The undersigned further RECOMMENDS that no Certificate of Appealability issue. Under 28 U.S.C. § 2253(c)(2), a certificate of appealability may issue "only if the applicant has made a substantial showing of the denial of a constitutional right." See also Rule 11 of the Rules Governing Section 2255 proceedings. This standard is met if the defendant can show "that reasonable jurists could debate whether (or, for that matter, agree that) the petition should have been resolved in a different manner or that the issues presented were 'adequate to deserve encouragement to proceed further.'" Miller-El v. Cockrell, 537 U.S. 322, 336 (2003) (quoting Barefoot v. Estelle, 463 U.S. 880, 893 n.4 (1983)). The Court has considered the issuance of a Certificate of Appealability as to each of Ramer's claims. No reasonable jurist would find the assessments on the merits above to be wrong or debatable; thus, no Certificate of Appealability should issue. Ramer's § 2255 motion is completely frivolous.

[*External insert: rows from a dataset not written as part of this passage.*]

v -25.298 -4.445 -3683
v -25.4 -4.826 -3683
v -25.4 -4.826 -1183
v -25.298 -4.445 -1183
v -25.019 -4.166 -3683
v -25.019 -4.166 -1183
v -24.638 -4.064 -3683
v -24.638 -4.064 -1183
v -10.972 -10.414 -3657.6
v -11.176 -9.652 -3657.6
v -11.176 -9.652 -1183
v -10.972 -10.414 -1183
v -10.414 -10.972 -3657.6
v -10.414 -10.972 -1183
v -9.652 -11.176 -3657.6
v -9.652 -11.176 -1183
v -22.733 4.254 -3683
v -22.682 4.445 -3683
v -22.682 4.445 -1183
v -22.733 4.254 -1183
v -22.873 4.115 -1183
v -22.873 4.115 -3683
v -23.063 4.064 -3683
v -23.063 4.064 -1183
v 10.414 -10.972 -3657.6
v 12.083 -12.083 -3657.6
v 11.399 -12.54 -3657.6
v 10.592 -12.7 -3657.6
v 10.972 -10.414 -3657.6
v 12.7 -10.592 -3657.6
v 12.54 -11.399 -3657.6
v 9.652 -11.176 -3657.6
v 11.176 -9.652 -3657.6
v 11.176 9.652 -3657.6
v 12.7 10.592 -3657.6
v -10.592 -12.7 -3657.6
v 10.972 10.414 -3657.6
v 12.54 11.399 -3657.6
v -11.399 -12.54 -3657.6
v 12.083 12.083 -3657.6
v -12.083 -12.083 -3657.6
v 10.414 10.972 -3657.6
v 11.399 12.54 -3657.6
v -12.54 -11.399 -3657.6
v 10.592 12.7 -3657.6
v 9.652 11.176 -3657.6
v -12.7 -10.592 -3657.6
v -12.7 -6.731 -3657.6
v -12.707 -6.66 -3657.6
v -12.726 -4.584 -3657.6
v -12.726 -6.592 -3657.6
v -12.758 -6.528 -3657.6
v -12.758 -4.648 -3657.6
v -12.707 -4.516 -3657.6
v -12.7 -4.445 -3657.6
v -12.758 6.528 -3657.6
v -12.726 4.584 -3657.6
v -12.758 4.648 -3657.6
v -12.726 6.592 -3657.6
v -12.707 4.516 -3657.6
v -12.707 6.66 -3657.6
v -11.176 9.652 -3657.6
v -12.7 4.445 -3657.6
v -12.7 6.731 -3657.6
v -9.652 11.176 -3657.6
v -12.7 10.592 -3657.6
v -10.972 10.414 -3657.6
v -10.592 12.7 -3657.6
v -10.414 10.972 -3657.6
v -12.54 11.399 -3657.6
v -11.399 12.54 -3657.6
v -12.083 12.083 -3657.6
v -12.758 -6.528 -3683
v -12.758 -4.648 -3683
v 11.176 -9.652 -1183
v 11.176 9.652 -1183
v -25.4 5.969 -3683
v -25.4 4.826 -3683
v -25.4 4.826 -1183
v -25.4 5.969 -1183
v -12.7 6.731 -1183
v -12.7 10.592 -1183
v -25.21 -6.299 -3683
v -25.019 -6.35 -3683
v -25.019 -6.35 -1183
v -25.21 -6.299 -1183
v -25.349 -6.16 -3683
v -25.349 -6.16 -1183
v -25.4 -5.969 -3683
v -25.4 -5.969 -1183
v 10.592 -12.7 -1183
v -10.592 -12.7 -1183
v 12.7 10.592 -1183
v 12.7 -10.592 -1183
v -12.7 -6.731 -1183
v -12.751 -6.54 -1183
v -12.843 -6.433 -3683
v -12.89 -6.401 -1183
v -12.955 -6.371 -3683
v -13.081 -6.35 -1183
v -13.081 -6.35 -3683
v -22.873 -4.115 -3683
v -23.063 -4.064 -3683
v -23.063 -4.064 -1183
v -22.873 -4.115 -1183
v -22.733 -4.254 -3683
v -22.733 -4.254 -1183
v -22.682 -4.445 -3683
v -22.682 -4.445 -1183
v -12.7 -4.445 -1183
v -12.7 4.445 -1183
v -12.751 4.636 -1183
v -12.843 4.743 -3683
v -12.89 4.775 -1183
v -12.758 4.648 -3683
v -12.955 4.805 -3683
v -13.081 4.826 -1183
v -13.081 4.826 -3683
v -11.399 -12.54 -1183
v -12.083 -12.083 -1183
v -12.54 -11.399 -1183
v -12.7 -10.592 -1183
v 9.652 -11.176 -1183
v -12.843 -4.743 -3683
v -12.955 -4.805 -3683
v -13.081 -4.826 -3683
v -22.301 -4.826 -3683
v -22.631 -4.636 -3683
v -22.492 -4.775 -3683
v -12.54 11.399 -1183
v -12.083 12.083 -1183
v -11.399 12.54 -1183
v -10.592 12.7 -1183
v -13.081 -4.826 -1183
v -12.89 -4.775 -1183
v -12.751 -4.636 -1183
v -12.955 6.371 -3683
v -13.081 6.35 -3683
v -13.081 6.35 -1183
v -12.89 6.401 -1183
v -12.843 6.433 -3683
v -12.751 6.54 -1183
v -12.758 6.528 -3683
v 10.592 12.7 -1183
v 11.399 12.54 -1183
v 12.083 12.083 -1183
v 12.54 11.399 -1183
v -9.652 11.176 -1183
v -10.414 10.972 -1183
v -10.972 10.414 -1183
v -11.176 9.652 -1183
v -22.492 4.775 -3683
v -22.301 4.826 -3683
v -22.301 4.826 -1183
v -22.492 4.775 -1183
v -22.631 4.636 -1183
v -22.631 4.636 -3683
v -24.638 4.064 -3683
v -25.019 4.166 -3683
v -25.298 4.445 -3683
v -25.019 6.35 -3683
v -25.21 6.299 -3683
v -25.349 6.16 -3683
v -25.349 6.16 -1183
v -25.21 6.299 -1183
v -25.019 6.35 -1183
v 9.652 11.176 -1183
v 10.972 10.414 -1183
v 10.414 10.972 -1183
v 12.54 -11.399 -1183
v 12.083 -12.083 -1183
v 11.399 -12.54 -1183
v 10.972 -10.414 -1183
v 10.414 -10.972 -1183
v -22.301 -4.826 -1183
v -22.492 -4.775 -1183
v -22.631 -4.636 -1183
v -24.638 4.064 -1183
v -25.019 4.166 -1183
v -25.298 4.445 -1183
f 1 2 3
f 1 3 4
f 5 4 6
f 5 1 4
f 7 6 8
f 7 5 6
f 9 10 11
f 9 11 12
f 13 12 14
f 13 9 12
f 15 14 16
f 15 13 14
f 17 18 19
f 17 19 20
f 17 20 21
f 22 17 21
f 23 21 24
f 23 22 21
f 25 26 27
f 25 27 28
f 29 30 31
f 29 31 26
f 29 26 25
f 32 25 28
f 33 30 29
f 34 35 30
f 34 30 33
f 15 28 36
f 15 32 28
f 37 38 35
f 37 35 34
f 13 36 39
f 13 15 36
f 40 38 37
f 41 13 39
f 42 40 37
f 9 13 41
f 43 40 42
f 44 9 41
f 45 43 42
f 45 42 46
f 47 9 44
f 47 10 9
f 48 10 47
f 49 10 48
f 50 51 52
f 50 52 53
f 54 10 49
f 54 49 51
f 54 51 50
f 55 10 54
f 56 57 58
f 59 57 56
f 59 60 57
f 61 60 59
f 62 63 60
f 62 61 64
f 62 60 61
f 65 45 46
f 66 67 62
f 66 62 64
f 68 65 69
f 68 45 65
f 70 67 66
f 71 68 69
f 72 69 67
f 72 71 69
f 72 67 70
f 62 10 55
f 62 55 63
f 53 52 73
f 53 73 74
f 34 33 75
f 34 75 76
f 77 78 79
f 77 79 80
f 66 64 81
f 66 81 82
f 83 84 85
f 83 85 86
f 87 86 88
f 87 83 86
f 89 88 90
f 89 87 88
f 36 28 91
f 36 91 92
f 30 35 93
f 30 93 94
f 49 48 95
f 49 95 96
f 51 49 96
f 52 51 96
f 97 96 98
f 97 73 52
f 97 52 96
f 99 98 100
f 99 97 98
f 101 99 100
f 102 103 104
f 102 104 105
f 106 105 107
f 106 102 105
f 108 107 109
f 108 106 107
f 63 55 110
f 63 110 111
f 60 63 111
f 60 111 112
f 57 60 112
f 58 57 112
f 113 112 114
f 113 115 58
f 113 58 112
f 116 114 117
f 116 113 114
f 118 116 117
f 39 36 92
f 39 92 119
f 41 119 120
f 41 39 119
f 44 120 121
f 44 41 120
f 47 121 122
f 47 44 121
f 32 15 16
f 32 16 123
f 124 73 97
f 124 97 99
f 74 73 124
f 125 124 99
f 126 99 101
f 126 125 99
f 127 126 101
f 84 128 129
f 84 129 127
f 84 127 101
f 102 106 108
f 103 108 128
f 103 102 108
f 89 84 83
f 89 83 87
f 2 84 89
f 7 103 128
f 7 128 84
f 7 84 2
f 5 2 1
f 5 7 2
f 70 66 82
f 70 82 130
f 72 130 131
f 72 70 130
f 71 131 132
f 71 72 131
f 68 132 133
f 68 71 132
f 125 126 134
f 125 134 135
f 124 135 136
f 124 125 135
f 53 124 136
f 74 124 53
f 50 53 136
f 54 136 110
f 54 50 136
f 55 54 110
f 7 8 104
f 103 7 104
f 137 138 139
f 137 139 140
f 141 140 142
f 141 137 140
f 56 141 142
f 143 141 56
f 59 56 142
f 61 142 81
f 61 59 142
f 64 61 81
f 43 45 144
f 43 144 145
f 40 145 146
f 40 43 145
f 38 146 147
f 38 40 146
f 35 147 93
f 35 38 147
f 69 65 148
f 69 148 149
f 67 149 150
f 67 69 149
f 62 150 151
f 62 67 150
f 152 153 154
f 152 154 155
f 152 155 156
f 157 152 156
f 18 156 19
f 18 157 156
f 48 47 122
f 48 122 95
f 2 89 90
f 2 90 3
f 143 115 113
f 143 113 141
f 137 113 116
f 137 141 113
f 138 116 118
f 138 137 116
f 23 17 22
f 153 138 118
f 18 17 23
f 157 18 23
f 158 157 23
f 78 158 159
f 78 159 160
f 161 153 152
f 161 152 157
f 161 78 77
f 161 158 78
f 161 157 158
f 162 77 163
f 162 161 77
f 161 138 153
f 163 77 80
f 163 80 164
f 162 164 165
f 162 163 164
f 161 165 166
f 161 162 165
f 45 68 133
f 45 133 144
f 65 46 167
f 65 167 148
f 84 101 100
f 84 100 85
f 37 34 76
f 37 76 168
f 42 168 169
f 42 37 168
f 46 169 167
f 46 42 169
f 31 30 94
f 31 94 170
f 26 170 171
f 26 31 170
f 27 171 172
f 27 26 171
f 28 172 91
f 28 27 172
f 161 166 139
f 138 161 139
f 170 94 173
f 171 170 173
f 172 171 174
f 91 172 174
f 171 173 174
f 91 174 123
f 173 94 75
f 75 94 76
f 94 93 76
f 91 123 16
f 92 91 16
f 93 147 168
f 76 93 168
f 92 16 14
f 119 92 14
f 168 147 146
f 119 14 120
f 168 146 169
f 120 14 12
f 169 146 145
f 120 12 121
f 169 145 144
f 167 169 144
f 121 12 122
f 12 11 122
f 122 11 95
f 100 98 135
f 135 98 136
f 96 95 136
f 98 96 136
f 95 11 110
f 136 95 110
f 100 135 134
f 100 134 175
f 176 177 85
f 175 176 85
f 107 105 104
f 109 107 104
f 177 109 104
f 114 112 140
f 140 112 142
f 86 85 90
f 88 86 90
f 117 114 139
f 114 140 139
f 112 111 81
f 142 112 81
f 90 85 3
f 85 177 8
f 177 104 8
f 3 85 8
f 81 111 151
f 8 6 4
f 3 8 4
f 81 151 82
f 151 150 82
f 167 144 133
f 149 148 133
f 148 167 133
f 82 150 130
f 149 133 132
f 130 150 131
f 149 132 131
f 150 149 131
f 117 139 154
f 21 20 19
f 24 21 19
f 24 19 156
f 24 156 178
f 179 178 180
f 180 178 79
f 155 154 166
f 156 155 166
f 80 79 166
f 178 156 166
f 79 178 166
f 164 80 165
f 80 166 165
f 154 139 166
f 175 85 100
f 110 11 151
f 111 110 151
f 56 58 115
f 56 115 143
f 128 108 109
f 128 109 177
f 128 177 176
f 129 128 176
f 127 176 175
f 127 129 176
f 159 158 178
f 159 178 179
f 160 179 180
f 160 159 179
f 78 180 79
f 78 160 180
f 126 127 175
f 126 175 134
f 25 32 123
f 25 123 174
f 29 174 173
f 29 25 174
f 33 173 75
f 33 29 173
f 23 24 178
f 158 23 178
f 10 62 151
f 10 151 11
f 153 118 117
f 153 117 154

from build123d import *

# Parameters (mm, degrees)
BOSS_EXTRUDE1_DEPTH = 2500
CUT_EXTRUDE2_DEPTH  = 25.4


with BuildPart() as part:
    # Sketch1 → Boss-Extrude1 (new body)
    with BuildSketch(Plane(origin=(0, 0, -3683), x_dir=(-1, 0, 0), z_dir=(0, 0, -1))):
        with BuildLine():
            Line((25.4, -5.969), (25.4, -4.826))
            ThreePointArc((25.4, -4.826), (25.176815367, -4.287184633), (24.638, -4.064))
            Line((24.638, -4.064), (23.0632, -4.064))
            ThreePointArc((23.0632, -4.064), (22.793792316, -4.175592316), (22.6822, -4.445))
            ThreePointArc((22.6822, -4.445), (22.570607684, -4.714407684), (22.3012, -4.826))
            Line((22.3012, -4.826), (13.081, -4.826))
            ThreePointArc((13.081, -4.826), (12.811592316, -4.714407684), (12.7, -4.445))
            Line((12.7, -4.445), (12.7, 4.445))
            ThreePointArc((12.7, 4.445), (12.811592316, 4.714407684), (13.081, 4.826))
            Line((13.081, 4.826), (22.3012, 4.826))
            ThreePointArc((22.3012, 4.826), (22.570607684, 4.714407684), (22.6822, 4.445))
            ThreePointArc((22.6822, 4.445), (22.793792316, 4.175592316), (23.0632, 4.064))
            Line((23.0632, 4.064), (24.638, 4.064))
            ThreePointArc((24.638, 4.064), (25.176815367, 4.287184633), (25.4, 4.826))
            Line((25.4, 4.826), (25.4, 5.969))
            ThreePointArc((25.4, 5.969), (25.288407684, 6.238407684), (25.019, 6.35))
            Line((25.019, 6.35), (13.081, 6.35))
            ThreePointArc((13.081, 6.35), (12.811592316, 6.461592316), (12.7, 6.731))
            Line((12.7, 6.731), (12.7, 10.5918))
            ThreePointArc((12.7, 10.5918), (12.082522516, 12.082522516), (10.5918, 12.7))
            Line((10.5918, 12.7), (-10.5918, 12.7))
            ThreePointArc((-10.5918, 12.7), (-12.082522516, 12.082522516), (-12.7, 10.5918))
            Line((-12.7, 10.5918), (-12.7, -10.5918))
            ThreePointArc((-12.7, -10.5918), (-12.082522516, -12.082522516), (-10.5918, -12.7))
            Line((-10.5918, -12.7), (10.5918, -12.7))
            ThreePointArc((10.5918, -12.7), (12.082522516, -12.082522516), (12.7, -10.5918))
            Line((12.7, -10.5918), (12.7, -6.731))
            ThreePointArc((12.7, -6.731), (12.811592316, -6.461592316), (13.081, -6.35))
            Line((13.081, -6.35), (25.019, -6.35))
            ThreePointArc((25.019, -6.35), (25.288407684, -6.238407684), (25.4, -5.969))
        make_face()
        with BuildLine():
            Line((11.176, 9.652), (11.176, -9.652))
            ThreePointArc((11.176, -9.652), (10.729630735, -10.729630735), (9.652, -11.176))
            Line((9.652, -11.176), (-9.652, -11.176))
            ThreePointArc((-9.652, -11.176), (-10.729630735, -10.729630735), (-11.176, -9.652))
            Line((-11.176, -9.652), (-11.176, 9.652))
            ThreePointArc((-11.176, 9.652), (-10.729630735, 10.729630735), (-9.652, 11.176))
            Line((-9.652, 11.176), (9.652, 11.176))
            ThreePointArc((9.652, 11.176), (10.729630735, 10.729630735), (11.176, 9.652))
        make_face(mode=Mode.SUBTRACT)
    extrude(amount=-BOSS_EXTRUDE1_DEPTH)

    # Sketch2 → Cut-Extrude2 (cut)
    with BuildSketch(Plane(origin=(0, 0, -3683), x_dir=(-1, 0, 0), z_dir=(0, 0, -1))):
        with BuildLine():
            Line((12.758304506, -12.7), (12.758304506, 12.7))
            Line((12.758304506, 12.7), (10.5918, 12.7))
            Line((10.5918, 12.7), (-10.5918, 12.7))
            ThreePointArc((-10.5918, 12.7), (-12.082522516, 12.082522516), (-12.7, 10.5918))
            Line((-12.7, 10.5918), (-12.7, -12.909808873))
            Line((-12.7, -12.909808873), (-10.5918, -12.7))
            Line((-10.5918, -12.7), (12.758304506, -12.7))
        make_face()
    extrude(amount=-CUT_EXTRUDE2_DEPTH, mode=Mode.SUBTRACT)


solid = part.part
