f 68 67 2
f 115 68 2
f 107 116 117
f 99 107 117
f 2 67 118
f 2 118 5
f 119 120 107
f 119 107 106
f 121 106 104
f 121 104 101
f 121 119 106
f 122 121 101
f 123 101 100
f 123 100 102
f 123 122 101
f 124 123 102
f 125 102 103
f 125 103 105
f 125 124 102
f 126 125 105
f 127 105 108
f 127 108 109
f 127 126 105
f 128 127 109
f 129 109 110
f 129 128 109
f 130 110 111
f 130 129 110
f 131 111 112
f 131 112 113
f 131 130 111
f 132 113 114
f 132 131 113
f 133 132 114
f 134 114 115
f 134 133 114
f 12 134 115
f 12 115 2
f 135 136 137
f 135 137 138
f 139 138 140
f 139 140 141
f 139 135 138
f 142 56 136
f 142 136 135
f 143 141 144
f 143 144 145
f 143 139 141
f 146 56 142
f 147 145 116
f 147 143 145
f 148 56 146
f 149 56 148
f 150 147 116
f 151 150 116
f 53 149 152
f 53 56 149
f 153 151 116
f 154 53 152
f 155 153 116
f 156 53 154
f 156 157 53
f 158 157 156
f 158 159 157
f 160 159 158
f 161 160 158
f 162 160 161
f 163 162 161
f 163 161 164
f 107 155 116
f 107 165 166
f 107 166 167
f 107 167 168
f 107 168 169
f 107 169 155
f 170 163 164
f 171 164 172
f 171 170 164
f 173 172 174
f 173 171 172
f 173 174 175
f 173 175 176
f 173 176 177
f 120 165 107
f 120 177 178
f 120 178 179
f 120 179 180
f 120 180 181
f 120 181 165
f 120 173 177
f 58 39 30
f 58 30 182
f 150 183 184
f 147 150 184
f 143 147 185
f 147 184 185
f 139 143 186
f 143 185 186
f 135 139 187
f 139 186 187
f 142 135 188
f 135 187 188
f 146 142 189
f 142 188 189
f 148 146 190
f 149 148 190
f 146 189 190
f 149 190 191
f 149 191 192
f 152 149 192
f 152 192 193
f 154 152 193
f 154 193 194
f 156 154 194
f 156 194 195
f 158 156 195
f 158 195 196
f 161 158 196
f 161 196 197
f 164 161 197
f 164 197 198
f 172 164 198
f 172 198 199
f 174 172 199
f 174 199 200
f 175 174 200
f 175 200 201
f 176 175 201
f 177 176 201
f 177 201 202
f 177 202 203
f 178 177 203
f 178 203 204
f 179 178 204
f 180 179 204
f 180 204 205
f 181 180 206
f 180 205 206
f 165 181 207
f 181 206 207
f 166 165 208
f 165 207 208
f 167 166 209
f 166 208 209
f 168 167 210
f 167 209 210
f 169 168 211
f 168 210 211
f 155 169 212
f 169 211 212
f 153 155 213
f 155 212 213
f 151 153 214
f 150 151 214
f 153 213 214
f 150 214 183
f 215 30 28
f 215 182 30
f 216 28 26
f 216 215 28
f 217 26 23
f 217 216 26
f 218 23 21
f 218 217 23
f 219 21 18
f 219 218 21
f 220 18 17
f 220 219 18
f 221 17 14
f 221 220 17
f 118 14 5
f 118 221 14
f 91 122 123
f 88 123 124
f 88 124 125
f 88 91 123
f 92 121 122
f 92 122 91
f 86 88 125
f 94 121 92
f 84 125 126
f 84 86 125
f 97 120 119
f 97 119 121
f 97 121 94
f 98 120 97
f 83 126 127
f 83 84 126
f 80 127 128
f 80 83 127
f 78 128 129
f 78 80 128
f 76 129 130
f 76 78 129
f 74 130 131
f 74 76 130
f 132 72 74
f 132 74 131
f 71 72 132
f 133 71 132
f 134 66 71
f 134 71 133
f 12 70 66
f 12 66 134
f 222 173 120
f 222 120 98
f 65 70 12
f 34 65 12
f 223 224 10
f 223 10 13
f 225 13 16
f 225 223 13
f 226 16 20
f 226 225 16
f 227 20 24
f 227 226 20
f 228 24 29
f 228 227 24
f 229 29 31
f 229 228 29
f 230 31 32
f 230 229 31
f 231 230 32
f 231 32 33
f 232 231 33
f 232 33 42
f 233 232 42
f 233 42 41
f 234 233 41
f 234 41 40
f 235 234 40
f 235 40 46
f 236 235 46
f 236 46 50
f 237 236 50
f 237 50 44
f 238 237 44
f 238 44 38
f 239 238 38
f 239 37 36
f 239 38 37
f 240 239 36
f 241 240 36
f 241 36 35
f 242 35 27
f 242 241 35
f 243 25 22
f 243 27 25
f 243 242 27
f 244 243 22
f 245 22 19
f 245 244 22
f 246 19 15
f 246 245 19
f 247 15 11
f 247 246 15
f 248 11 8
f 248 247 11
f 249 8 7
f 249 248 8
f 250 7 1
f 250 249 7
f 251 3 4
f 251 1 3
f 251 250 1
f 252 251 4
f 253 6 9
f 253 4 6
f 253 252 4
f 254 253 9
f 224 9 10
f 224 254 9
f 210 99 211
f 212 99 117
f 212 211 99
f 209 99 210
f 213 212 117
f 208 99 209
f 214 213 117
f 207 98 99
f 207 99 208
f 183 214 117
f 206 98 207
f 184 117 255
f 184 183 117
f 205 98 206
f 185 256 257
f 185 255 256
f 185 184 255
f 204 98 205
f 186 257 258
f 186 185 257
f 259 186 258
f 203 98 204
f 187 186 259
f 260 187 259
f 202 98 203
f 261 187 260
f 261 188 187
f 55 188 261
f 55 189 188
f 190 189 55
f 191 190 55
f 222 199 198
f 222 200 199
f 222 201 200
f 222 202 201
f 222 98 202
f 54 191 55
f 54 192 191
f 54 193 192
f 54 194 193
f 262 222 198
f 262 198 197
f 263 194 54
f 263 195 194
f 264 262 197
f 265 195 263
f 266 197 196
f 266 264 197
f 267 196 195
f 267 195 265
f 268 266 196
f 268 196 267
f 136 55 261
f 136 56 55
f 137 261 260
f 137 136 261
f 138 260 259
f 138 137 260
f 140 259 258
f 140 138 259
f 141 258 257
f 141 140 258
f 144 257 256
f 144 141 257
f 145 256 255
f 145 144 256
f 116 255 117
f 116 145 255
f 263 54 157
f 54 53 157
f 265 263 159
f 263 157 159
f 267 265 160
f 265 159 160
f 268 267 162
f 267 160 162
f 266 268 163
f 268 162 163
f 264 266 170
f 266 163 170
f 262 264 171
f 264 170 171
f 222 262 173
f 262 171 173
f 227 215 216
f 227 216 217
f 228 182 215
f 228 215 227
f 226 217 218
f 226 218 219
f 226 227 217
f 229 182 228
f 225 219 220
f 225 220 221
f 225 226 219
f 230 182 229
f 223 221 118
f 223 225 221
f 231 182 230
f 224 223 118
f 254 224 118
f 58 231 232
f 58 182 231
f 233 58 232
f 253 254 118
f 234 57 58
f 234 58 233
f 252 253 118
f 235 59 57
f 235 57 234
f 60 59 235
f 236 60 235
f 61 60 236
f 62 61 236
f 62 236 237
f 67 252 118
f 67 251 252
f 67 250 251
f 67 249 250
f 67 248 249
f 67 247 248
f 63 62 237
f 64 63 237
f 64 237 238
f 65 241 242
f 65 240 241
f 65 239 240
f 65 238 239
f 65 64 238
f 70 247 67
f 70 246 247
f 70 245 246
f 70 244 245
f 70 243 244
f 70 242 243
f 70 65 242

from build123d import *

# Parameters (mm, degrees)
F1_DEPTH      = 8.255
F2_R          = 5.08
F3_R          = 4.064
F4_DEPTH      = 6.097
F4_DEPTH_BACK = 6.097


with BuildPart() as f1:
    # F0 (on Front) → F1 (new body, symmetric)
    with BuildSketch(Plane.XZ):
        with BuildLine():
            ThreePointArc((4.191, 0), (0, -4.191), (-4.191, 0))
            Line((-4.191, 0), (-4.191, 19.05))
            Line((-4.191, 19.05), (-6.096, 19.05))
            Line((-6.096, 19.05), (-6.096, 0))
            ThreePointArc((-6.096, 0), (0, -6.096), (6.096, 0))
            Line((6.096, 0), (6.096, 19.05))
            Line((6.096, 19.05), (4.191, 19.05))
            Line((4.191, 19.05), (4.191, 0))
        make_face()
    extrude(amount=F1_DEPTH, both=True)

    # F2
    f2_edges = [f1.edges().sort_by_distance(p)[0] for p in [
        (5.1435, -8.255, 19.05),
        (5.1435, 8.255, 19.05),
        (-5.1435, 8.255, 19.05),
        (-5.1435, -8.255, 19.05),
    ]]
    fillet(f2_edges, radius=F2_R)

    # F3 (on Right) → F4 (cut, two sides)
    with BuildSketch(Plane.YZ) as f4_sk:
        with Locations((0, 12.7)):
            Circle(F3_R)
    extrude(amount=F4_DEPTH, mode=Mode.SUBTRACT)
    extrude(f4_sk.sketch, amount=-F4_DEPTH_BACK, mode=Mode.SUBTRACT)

Any objection to, or argument against, dismissal must be asserted before the District Judge in response to this Recommended Disposition. The Court directs the parties to 28 U.S.C. § 636(b)(1) for appeal rights and mechanics concerning this Recommended Disposition, issued under subsection (B) of the statute. See also Rules Governing Section 2255 Proceedings, Rule 8(b). Within fourteen days after being served with a copy of this decision, any party may serve and file specific written objections to any or all findings or recommendations for determination, de novo, by the District Court. Failure to make a timely objection consistent with the statute and rule may, and normally will, result in waiver of further appeal to or review by the District Court and Court of Appeals. See Thomas v. Arn, 474 U.S. 140, 155 (1985); United States v. Walters, 638 F.2d 947, 950 (6th Cir. 1981).
This the 26th day of November, 2018.